The task: When you reach the line containing "v10 (0,8,16)" in the entries below, start writing out each line exactly, and stop after the line containing "face CYL(AX(P(0,1.6,0),D(0,-1,0),D(0,0,-1)),25) [e3]".

Source information:
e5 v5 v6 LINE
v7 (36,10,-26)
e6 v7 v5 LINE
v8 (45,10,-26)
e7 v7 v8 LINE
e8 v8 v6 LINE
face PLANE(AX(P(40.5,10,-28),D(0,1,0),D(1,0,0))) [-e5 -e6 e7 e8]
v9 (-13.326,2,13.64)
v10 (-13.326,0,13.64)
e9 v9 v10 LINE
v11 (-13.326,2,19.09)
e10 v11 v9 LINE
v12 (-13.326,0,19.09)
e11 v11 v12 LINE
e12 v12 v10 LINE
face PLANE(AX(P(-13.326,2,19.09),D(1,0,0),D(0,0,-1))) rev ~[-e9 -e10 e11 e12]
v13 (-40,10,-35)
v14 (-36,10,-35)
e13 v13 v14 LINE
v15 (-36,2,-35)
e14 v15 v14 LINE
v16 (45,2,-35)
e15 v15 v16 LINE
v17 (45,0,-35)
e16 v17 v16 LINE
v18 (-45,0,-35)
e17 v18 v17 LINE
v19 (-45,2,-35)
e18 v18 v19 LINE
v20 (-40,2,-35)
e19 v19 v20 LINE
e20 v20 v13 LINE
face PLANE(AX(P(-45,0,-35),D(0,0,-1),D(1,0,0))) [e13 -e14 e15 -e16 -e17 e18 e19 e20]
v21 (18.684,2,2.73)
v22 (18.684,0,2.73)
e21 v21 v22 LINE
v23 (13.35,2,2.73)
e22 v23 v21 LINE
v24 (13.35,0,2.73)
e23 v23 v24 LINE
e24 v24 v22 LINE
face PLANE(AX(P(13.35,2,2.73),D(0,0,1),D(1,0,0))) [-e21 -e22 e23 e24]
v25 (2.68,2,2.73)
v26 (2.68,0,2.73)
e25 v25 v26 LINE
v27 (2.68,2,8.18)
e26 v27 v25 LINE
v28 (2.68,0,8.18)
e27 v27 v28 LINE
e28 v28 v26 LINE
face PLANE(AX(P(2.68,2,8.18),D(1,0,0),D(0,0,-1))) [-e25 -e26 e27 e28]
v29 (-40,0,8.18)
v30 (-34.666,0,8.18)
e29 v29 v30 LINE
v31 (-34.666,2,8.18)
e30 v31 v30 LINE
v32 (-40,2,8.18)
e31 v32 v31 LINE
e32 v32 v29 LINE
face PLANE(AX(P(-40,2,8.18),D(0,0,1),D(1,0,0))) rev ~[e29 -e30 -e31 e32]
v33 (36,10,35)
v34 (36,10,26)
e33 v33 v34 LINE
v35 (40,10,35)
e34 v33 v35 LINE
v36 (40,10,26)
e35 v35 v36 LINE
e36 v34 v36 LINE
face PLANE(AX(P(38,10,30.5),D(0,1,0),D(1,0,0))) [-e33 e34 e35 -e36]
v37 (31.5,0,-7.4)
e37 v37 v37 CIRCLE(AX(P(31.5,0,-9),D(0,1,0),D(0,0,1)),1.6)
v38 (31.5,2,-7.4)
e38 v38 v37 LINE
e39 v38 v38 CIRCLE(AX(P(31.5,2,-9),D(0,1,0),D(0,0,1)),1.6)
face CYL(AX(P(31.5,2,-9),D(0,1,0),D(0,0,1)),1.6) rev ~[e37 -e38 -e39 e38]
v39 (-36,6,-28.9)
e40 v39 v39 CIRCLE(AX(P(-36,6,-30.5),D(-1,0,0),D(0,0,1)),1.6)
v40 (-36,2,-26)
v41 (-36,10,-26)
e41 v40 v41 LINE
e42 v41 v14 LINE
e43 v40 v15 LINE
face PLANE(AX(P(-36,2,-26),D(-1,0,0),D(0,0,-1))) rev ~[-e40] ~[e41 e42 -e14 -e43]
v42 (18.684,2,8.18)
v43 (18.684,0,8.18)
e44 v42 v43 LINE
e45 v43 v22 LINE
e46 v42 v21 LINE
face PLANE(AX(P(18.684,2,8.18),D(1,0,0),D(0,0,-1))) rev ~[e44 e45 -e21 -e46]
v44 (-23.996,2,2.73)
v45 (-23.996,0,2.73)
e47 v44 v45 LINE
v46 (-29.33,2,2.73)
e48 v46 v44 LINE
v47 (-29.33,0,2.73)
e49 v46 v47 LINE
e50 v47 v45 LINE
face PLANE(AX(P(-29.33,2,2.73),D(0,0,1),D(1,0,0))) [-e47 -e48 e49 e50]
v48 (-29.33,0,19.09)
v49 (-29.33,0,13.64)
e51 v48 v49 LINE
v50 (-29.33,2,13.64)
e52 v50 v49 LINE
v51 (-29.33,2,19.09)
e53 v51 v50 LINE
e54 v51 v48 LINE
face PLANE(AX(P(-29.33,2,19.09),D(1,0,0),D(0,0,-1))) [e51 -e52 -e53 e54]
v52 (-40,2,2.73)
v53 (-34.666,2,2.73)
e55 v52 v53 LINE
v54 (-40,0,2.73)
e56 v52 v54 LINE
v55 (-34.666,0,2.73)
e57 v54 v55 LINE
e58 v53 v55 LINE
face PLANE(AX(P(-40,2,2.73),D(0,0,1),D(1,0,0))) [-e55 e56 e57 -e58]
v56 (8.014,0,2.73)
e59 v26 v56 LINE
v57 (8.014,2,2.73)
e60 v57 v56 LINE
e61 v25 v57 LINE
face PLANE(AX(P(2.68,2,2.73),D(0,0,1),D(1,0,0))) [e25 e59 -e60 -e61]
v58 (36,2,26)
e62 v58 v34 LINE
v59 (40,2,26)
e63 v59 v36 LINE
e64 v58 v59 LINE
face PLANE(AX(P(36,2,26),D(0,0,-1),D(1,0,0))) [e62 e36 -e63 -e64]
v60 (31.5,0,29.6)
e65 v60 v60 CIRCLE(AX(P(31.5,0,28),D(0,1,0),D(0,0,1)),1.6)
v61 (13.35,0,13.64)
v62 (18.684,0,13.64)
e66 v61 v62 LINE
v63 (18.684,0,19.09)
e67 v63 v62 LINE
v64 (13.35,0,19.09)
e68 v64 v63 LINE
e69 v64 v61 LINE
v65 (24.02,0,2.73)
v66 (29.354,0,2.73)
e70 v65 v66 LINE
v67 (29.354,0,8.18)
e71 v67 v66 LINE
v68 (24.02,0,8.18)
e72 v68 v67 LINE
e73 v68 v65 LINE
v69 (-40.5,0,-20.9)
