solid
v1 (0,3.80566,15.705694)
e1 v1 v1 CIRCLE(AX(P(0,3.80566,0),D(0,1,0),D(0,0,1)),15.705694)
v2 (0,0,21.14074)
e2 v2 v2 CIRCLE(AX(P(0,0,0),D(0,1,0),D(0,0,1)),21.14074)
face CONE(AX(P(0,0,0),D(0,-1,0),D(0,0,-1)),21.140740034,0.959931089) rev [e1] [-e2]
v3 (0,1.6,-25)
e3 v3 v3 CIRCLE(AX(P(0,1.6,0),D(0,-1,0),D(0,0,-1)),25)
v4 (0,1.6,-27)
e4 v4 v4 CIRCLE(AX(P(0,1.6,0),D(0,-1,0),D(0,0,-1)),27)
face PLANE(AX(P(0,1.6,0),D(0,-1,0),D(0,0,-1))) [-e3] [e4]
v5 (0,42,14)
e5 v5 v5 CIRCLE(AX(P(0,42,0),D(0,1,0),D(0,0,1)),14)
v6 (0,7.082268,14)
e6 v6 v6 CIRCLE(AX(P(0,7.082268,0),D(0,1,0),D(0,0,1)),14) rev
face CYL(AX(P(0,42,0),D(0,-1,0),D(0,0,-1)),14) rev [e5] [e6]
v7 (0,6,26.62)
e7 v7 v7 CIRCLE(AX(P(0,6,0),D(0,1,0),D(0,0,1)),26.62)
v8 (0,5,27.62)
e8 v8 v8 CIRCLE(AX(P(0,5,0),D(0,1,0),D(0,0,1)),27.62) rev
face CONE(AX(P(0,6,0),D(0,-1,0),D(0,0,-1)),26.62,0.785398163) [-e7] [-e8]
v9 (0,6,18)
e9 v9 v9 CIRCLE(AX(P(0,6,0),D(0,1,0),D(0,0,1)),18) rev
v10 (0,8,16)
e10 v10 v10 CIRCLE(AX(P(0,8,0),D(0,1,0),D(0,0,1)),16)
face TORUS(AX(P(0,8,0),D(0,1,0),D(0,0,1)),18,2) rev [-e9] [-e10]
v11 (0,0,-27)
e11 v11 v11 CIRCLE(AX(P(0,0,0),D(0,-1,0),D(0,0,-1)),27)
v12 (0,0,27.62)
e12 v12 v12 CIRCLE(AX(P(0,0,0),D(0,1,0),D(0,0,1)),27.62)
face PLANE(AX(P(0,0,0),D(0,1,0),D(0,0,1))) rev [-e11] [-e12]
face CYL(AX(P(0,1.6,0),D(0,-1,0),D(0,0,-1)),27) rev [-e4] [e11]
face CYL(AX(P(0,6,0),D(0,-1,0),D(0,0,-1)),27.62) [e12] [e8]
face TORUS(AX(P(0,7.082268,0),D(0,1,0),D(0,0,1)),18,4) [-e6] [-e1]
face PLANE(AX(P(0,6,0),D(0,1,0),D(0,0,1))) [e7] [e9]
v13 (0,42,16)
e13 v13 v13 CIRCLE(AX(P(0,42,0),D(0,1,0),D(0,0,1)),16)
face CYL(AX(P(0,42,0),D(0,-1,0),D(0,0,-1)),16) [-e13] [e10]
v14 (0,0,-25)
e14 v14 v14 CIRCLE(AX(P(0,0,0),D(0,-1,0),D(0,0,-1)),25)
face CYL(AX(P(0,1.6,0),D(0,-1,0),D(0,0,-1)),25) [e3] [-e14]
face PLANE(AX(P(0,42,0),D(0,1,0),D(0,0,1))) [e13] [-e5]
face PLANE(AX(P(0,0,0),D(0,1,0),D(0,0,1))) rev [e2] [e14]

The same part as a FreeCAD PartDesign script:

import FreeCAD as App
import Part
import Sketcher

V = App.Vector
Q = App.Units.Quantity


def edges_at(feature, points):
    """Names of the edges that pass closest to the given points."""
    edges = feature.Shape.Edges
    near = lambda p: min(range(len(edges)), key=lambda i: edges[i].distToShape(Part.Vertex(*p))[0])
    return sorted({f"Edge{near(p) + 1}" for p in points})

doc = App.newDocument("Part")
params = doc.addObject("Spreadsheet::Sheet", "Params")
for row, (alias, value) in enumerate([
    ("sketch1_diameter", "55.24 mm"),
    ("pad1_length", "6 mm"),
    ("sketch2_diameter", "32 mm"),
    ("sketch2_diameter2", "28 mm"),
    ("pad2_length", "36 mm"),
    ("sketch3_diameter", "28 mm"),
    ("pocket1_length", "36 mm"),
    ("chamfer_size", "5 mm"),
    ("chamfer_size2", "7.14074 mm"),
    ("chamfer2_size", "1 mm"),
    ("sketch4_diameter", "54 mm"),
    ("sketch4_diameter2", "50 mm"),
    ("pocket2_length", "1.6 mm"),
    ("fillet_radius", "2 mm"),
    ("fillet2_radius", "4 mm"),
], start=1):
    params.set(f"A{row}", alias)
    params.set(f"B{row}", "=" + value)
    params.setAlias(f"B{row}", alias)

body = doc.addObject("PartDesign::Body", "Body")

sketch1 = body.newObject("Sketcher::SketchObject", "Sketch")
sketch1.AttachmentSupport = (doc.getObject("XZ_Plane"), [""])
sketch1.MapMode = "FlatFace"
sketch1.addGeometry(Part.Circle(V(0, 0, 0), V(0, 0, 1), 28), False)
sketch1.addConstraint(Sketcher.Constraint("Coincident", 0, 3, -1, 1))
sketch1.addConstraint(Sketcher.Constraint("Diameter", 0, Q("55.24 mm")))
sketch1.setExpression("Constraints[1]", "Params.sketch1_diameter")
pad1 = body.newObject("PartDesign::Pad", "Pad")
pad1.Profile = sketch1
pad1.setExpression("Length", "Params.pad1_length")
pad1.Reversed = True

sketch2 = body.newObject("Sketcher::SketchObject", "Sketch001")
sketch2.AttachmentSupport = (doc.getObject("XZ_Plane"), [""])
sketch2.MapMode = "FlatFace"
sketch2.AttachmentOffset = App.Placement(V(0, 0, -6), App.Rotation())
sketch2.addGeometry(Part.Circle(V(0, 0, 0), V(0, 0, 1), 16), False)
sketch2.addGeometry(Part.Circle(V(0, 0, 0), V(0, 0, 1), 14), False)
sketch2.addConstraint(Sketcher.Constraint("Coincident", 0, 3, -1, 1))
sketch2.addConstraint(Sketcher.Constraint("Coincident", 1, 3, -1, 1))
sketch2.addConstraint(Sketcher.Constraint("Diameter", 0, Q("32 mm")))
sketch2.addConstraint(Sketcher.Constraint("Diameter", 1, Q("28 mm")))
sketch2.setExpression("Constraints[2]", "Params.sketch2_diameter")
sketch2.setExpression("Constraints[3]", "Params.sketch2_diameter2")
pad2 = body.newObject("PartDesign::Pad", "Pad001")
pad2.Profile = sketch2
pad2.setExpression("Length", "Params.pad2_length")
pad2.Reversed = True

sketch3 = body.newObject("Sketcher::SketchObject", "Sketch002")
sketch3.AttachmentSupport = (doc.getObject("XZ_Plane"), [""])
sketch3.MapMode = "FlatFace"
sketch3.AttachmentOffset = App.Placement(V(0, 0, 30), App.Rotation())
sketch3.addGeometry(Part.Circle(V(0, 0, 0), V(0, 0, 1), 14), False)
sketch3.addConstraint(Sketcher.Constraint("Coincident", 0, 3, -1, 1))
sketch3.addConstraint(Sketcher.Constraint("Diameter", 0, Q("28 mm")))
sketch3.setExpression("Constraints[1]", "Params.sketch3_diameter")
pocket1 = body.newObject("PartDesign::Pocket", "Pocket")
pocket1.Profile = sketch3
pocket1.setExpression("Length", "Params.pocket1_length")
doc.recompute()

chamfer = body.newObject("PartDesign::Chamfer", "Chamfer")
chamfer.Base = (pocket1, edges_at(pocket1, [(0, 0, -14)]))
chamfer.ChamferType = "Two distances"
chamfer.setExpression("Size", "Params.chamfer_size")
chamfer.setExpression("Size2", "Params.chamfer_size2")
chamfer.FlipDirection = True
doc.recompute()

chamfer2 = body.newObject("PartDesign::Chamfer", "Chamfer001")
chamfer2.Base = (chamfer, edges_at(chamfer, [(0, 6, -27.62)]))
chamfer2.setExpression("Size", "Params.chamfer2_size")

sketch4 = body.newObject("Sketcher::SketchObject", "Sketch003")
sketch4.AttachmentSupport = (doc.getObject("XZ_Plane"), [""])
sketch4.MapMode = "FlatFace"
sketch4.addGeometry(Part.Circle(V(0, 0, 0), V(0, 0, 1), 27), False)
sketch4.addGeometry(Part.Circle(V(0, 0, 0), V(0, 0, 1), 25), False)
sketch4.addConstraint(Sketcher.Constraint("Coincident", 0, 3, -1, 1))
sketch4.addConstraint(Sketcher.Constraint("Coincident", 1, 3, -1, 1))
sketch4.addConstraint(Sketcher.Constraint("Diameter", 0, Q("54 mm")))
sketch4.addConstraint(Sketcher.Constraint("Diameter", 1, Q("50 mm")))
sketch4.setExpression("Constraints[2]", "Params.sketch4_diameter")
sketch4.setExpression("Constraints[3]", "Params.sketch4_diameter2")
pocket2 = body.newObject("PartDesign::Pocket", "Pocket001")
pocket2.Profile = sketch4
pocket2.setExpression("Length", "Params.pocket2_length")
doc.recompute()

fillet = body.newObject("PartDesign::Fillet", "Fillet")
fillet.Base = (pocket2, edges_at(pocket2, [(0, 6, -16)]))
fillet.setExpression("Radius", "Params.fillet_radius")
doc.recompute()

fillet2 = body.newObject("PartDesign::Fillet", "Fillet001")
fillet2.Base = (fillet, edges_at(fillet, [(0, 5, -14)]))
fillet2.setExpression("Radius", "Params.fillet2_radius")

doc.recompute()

==

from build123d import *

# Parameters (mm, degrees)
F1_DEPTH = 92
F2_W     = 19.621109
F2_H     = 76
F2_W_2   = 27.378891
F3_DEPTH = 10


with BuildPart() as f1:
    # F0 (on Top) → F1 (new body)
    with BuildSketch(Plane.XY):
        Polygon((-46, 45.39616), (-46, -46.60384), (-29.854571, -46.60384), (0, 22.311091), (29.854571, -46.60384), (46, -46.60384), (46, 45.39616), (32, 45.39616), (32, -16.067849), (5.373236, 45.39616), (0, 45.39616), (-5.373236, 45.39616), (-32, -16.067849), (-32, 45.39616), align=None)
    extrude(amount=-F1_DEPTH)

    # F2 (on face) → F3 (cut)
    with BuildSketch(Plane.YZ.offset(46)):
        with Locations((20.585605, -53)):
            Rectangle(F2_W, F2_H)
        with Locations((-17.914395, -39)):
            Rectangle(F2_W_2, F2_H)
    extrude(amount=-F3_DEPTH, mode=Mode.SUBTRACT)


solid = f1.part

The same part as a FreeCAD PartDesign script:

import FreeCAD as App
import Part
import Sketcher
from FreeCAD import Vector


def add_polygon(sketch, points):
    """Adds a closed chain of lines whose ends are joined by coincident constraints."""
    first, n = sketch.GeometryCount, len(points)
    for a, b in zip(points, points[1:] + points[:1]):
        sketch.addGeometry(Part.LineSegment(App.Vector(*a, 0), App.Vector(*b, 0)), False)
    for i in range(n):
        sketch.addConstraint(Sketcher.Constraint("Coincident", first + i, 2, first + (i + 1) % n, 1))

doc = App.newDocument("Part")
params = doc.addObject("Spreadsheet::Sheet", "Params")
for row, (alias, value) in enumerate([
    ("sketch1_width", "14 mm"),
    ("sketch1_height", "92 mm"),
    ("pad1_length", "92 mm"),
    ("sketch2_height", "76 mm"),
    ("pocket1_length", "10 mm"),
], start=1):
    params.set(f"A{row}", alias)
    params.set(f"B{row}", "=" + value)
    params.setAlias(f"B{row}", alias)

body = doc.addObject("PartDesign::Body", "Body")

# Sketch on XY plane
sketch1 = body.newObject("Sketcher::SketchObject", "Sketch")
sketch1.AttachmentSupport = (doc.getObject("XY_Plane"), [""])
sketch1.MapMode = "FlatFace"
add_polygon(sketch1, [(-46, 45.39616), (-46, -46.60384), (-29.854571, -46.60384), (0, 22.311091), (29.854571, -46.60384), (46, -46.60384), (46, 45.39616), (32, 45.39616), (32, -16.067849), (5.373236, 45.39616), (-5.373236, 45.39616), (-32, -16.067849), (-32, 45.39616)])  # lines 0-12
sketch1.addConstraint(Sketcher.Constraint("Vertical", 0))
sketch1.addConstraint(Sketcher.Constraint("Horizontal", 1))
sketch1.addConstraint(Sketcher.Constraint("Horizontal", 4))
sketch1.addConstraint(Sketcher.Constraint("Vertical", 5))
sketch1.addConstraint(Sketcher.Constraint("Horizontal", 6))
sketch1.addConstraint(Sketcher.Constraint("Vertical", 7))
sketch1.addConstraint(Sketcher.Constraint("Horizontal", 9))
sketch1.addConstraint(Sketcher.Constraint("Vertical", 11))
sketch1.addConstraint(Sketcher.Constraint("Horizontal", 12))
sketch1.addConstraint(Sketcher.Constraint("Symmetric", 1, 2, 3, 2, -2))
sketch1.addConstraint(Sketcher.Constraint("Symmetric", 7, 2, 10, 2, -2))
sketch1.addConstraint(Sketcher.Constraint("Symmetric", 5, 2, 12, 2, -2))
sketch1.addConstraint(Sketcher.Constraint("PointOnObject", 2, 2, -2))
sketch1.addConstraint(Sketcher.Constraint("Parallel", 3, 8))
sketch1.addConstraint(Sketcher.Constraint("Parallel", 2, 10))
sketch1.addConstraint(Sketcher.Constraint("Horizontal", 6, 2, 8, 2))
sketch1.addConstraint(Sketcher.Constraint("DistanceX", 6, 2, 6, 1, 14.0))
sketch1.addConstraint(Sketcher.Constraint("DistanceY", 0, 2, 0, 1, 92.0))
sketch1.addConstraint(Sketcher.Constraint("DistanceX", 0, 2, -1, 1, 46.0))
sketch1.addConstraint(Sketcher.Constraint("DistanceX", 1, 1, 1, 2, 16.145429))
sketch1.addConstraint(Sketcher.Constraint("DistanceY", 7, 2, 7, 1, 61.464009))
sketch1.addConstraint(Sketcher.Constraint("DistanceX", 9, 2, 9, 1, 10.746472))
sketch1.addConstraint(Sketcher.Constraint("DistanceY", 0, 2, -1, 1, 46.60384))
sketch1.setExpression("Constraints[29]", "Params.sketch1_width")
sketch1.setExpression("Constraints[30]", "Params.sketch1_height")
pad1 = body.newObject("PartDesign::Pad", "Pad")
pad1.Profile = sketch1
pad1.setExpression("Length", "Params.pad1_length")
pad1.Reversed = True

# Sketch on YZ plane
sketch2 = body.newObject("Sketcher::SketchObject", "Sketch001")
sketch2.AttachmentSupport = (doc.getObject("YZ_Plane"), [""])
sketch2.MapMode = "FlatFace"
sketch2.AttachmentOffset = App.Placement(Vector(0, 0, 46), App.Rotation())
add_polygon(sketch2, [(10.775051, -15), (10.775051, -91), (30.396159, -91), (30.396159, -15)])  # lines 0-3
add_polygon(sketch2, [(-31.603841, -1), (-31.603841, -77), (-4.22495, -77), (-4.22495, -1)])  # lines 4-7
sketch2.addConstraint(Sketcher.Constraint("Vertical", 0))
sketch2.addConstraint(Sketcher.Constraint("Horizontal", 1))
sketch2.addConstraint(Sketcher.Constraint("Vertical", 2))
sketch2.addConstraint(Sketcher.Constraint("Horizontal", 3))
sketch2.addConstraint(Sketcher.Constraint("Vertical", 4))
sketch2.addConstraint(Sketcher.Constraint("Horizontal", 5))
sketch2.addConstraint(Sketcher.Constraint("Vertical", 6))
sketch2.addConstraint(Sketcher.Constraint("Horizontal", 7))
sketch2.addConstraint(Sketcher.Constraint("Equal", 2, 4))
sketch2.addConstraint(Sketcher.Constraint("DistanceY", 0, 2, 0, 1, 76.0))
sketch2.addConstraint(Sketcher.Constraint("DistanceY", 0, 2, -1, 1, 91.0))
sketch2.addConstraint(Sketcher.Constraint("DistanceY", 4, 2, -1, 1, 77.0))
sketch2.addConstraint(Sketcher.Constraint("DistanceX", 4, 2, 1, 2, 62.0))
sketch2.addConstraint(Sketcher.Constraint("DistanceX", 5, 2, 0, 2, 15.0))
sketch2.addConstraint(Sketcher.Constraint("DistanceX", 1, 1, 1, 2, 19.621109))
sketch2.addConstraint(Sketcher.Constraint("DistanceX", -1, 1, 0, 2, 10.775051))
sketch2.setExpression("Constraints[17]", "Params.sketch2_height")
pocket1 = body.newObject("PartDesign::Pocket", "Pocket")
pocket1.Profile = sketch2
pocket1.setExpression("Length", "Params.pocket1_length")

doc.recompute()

Exercise output:
v10 (0,8,16)
e10 v10 v10 CIRCLE(AX(P(0,8,0),D(0,1,0),D(0,0,1)),16)
face TORUS(AX(P(0,8,0),D(0,1,0),D(0,0,1)),18,2) rev [-e9] [-e10]
v11 (0,0,-27)
e11 v11 v11 CIRCLE(AX(P(0,0,0),D(0,-1,0),D(0,0,-1)),27)
v12 (0,0,27.62)
e12 v12 v12 CIRCLE(AX(P(0,0,0),D(0,1,0),D(0,0,1)),27.62)
face PLANE(AX(P(0,0,0),D(0,1,0),D(0,0,1))) rev [-e11] [-e12]
face CYL(AX(P(0,1.6,0),D(0,-1,0),D(0,0,-1)),27) rev [-e4] [e11]
face CYL(AX(P(0,6,0),D(0,-1,0),D(0,0,-1)),27.62) [e12] [e8]
face TORUS(AX(P(0,7.082268,0),D(0,1,0),D(0,0,1)),18,4) [-e6] [-e1]
face PLANE(AX(P(0,6,0),D(0,1,0),D(0,0,1))) [e7] [e9]
v13 (0,42,16)
e13 v13 v13 CIRCLE(AX(P(0,42,0),D(0,1,0),D(0,0,1)),16)
face CYL(AX(P(0,42,0),D(0,-1,0),D(0,0,-1)),16) [-e13] [e10]
v14 (0,0,-25)
e14 v14 v14 CIRCLE(AX(P(0,0,0),D(0,-1,0),D(0,0,-1)),25)
face CYL(AX(P(0,1.6,0),D(0,-1,0),D(0,0,-1)),25) [e3] [-e14]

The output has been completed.